Just to introduce the problem that I’m facing:

I have a working implementation of a truncated Dirichlet Process gaussian mixture model, where I use a Beta variational distribution for the Beta random variables in the stick breaking construction.
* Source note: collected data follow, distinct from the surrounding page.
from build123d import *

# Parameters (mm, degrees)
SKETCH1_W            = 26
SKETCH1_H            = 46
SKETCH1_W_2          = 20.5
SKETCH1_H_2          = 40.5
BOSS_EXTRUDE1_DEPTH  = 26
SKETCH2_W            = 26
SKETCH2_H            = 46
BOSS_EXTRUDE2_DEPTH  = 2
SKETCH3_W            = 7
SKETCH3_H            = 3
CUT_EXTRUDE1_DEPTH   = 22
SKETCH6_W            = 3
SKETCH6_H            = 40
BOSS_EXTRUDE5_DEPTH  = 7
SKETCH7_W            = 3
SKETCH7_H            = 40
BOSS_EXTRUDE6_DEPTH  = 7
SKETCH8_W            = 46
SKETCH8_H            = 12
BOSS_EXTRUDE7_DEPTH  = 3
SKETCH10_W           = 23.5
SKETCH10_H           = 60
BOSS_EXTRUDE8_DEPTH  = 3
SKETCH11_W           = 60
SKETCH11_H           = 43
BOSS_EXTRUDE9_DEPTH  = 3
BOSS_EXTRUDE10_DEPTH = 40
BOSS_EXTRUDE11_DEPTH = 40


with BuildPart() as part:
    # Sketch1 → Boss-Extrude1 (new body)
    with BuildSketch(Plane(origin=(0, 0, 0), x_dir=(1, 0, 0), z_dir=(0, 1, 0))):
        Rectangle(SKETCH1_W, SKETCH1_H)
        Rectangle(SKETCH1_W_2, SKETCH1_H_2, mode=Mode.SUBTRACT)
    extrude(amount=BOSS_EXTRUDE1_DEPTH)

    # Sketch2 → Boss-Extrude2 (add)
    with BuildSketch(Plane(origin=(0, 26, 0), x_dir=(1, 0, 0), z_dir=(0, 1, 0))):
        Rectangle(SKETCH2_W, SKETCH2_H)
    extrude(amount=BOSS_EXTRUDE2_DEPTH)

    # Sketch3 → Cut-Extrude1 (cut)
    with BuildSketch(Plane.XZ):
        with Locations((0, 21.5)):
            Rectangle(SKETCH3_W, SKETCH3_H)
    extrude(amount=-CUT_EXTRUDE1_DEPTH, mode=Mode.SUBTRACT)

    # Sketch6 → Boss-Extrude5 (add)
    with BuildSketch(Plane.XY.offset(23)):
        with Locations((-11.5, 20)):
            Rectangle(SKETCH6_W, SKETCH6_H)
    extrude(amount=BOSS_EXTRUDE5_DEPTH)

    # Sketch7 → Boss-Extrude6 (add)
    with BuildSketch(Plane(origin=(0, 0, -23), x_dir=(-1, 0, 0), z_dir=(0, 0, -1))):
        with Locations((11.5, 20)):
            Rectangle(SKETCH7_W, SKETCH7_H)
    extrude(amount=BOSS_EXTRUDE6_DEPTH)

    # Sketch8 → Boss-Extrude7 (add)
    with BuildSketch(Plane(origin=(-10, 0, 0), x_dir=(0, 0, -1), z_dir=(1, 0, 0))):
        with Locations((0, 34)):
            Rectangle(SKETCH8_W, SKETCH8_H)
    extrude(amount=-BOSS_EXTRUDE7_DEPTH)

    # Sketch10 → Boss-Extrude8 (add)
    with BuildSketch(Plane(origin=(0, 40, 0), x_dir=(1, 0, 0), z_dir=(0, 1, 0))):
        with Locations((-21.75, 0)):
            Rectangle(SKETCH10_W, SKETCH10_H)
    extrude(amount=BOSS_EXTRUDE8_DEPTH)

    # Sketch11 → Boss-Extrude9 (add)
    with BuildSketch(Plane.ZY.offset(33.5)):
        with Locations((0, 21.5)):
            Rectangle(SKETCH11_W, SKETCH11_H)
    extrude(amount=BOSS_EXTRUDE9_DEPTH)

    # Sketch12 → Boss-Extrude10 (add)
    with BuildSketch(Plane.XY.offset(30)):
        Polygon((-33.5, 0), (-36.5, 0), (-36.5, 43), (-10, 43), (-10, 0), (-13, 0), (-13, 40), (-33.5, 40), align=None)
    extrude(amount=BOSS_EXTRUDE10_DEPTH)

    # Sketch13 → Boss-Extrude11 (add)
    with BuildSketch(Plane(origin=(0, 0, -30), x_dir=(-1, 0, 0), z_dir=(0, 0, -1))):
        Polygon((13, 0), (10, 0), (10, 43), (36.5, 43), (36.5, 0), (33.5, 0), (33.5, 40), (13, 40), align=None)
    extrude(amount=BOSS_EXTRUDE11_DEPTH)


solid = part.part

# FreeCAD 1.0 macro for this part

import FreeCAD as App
import Part
import Sketcher
from FreeCAD import Vector
Q = App.Units.Quantity


def add_polygon(sketch, points):
    """Adds a closed chain of lines whose ends are joined by coincident constraints."""
    first, n = sketch.GeometryCount, len(points)
    for a, b in zip(points, points[1:] + points[:1]):
        sketch.addGeometry(Part.LineSegment(App.Vector(*a, 0), App.Vector(*b, 0)), False)
    for i in range(n):
        sketch.addConstraint(Sketcher.Constraint("Coincident", first + i, 2, first + (i + 1) % n, 1))

doc = App.newDocument("Part")
body = doc.addObject("PartDesign::Body", "Body")

# Sketch on XZ plane
sketch1 = body.newObject("Sketcher::SketchObject", "Sketch")
sketch1.AttachmentSupport = (doc.getObject("XZ_Plane"), [""])
sketch1.MapMode = "FlatFace"
add_polygon(sketch1, [(-13, -23), (-13, 23), (13, 23), (13, -23)])  # lines 0-3
add_polygon(sketch1, [(10.25, 20.25), (-10.25, 20.25), (-10.25, -20.25), (10.25, -20.25)])  # lines 4-7
sketch1.addConstraint(Sketcher.Constraint("Vertical", 0))
sketch1.addConstraint(Sketcher.Constraint("Horizontal", 1))
sketch1.addConstraint(Sketcher.Constraint("Vertical", 2))
sketch1.addConstraint(Sketcher.Constraint("Horizontal", 3))
sketch1.addConstraint(Sketcher.Constraint("Horizontal", 4))
sketch1.addConstraint(Sketcher.Constraint("Vertical", 5))
sketch1.addConstraint(Sketcher.Constraint("Horizontal", 6))
sketch1.addConstraint(Sketcher.Constraint("Vertical", 7))
sketch1.addConstraint(Sketcher.Constraint("Symmetric", 0, 2, 2, 2, -1, 1))
sketch1.addConstraint(Sketcher.Constraint("Symmetric", 4, 2, 6, 2, -1, 1))
sketch1.addConstraint(Sketcher.Constraint("DistanceX", 1, 1, 1, 2, Q("26 mm")))
sketch1.addConstraint(Sketcher.Constraint("DistanceY", 0, 1, 0, 2, Q("46 mm")))
sketch1.addConstraint(Sketcher.Constraint("DistanceX", 4, 2, 4, 1, Q("20.5 mm")))
sketch1.addConstraint(Sketcher.Constraint("DistanceY", 5, 2, 5, 1, Q("40.5 mm")))
pad1 = body.newObject("PartDesign::Pad", "Pad")
pad1.Profile = sketch1
pad1.Length = 26
pad1.Reversed = True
Now, because beta random variables cannot be reparameterized (as far as I know), I was interested in using the Kumaraswamy distribution as an alternative Variational posterior, as they do in this paper - https://arxiv.org/abs/1605.06197, and comparing performance.

The problem that I have is that whenever I swap in my custom Kumaraswamy distribution for the Beta distribuion in the model, at some point, the ELBO becomes NaN. I tried debugging this bug, but couldn’t make much progress because of my lack of familiarity with pyro’s internals.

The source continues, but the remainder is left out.